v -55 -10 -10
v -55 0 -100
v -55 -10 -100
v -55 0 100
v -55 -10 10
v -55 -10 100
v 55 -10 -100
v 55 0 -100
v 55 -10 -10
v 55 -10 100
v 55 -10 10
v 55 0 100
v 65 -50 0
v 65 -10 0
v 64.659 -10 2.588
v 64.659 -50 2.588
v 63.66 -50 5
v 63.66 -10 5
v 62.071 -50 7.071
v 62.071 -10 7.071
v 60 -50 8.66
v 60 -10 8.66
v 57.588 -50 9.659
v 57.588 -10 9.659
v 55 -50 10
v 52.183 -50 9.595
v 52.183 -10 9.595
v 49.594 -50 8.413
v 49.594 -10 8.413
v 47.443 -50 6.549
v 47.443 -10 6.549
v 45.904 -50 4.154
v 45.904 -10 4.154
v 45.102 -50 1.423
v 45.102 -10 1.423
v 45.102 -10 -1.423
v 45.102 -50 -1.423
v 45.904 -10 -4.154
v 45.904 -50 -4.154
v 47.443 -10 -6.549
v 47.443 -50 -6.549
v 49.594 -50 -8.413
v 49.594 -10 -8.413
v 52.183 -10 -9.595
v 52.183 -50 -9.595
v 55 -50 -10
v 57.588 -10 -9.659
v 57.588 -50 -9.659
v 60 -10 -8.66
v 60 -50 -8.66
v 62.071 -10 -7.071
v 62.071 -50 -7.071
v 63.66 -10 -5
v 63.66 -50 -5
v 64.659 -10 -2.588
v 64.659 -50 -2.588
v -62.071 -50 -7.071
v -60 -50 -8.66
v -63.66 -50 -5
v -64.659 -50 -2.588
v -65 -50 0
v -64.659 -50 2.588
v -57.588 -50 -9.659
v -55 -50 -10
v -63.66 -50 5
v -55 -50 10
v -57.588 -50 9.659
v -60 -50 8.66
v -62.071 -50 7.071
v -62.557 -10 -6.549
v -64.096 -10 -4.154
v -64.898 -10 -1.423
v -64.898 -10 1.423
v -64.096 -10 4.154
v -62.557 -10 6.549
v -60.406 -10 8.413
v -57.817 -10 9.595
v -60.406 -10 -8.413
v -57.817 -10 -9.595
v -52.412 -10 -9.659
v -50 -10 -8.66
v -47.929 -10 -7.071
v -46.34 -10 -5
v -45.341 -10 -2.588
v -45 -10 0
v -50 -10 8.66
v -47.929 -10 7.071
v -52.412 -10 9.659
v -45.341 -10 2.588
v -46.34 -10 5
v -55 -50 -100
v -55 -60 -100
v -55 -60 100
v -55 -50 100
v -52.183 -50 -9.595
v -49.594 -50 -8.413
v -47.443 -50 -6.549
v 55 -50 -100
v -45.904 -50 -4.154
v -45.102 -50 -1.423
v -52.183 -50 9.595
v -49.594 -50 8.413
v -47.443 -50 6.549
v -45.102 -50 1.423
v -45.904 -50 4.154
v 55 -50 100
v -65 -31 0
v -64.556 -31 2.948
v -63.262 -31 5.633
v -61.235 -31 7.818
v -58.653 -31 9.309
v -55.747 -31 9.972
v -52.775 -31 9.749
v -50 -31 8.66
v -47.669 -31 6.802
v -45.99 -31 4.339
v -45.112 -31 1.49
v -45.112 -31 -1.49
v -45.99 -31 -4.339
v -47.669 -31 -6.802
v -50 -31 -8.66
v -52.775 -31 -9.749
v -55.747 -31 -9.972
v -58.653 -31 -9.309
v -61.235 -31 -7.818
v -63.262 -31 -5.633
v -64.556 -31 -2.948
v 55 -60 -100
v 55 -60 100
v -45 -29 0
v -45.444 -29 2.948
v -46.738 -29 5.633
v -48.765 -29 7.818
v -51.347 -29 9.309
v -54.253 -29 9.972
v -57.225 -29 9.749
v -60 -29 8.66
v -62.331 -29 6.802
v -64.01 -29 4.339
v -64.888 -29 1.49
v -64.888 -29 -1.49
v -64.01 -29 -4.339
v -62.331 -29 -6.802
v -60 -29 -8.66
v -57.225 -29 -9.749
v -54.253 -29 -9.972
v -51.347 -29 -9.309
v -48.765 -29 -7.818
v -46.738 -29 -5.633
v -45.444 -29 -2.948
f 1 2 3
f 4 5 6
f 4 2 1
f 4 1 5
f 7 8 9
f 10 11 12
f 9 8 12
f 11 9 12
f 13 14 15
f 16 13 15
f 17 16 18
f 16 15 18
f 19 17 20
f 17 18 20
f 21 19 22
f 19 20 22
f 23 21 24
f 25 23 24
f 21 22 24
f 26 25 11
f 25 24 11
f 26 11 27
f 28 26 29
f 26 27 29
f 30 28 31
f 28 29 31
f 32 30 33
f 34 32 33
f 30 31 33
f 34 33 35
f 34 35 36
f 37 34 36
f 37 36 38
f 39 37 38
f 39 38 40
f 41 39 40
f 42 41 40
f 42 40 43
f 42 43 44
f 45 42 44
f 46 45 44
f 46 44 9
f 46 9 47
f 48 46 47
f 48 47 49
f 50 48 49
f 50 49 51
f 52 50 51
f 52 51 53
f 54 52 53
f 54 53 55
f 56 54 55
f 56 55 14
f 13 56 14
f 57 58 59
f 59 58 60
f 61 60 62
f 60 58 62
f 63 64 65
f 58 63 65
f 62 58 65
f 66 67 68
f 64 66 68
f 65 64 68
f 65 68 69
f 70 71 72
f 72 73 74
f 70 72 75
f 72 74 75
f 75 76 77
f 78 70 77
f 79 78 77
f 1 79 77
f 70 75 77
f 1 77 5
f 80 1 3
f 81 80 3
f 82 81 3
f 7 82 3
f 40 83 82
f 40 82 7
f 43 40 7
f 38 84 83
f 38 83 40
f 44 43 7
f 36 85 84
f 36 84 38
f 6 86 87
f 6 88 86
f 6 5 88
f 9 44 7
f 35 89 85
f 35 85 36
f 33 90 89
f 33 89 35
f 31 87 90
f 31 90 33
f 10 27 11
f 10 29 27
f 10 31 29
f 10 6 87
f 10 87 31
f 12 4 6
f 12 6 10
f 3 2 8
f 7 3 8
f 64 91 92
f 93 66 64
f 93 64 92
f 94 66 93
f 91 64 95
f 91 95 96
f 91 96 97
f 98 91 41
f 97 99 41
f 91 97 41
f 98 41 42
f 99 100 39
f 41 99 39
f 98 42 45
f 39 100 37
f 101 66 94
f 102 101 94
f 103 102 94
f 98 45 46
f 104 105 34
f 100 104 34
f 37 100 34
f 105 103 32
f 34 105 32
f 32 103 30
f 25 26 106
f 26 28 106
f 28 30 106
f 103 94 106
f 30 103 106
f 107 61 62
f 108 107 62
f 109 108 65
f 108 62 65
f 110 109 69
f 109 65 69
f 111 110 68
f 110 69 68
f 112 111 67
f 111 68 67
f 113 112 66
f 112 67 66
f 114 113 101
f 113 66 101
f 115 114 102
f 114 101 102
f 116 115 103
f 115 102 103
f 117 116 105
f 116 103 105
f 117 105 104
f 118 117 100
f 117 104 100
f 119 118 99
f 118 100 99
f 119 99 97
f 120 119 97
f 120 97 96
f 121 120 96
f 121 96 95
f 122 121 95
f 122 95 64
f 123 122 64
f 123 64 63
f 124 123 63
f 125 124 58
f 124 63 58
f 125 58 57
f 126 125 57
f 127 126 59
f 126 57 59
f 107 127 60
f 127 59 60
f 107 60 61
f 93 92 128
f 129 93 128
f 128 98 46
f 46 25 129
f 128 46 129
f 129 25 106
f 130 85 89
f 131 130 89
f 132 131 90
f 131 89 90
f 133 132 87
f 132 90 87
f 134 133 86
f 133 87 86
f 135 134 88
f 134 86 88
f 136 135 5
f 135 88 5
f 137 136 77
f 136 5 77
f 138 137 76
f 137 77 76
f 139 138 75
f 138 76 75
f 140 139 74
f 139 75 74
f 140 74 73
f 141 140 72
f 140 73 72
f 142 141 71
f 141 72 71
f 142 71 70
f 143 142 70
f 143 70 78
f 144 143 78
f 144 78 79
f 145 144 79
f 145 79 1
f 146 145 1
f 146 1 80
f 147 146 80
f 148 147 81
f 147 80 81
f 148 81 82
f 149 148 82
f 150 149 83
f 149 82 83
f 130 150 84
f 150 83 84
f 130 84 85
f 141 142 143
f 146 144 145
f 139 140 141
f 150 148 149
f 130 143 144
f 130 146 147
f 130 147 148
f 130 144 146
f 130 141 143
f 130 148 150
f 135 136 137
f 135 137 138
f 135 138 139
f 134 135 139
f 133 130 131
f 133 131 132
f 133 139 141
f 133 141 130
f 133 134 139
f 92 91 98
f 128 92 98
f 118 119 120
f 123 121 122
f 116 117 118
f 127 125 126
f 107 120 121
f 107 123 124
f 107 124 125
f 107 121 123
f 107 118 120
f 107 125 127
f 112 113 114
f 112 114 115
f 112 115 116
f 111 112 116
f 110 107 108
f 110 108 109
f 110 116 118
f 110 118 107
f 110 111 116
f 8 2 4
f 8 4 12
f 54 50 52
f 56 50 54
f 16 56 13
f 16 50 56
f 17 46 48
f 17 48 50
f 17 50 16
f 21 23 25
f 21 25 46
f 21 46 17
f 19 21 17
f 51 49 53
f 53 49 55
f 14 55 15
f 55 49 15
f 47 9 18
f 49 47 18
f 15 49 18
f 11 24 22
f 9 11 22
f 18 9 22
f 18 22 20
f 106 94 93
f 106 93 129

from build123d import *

# Parameters (mm, degrees)
F0_W     = 110
F0_H     = 200
F1_DEPTH = 10
F2_R     = 10
F3_DEPTH = 40
F4_W     = 110
F4_H     = 200
F5_DEPTH = 10
F6_R     = 10
F7_DEPTH = 19
F8_R     = 10
F9_DEPTH = 19


with BuildPart() as f1:
    # F0 (on Front) → F1 (new body)
    with BuildSketch(Plane.XZ):
        Rectangle(F0_W, F0_H)
    extrude(amount=F1_DEPTH)

    # F2 (on face) → F3 (join)
    with BuildSketch(Plane.XZ.offset(10)):
        with Locations((55, 0)):
            Circle(F2_R)
    extrude(amount=F3_DEPTH)

    # F4 (on face) → F5 (join)
    with BuildSketch(Plane.XZ.offset(50)):
        Rectangle(F4_W, F4_H)
    extrude(amount=F5_DEPTH)

    # F6 (on face) → F7 (join)
    with BuildSketch(Plane.XZ.offset(10)):
        with Locations((-55, 0)):
            Circle(F6_R)
    extrude(amount=F7_DEPTH)

    # F8 (on face) → F9 (join)
    with BuildSketch(Plane(origin=(0, -50, 0), x_dir=(-1, 0, 0), z_dir=(0, 1, 0))):
        with Locations((55, 0)):
            Circle(F8_R)
    extrude(amount=F9_DEPTH)


solid = f1.part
○ ○ ○ ○ ○
▸ TASK PROMPT
The line above containing "f 127 125 126", the line containing "f 106 93 129", and every line between them are to be transcribed exactly; no other line is wanted.

▸ ANSWER SPACE
f 127 125 126
f 107 120 121
f 107 123 124
f 107 124 125
f 107 121 123
f 107 118 120
f 107 125 127
f 112 113 114
f 112 114 115
f 112 115 116
f 111 112 116
f 110 107 108
f 110 108 109
f 110 116 118
f 110 118 107
f 110 111 116
f 8 2 4
f 8 4 12
f 54 50 52
f 56 50 54
f 16 56 13
f 16 50 56
f 17 46 48
f 17 48 50
f 17 50 16
f 21 23 25
f 21 25 46
f 21 46 17
f 19 21 17
f 51 49 53
f 53 49 55
f 14 55 15
f 55 49 15
f 47 9 18
f 49 47 18
f 15 49 18
f 11 24 22
f 9 11 22
f 18 9 22
f 18 22 20
f 106 94 93
f 106 93 129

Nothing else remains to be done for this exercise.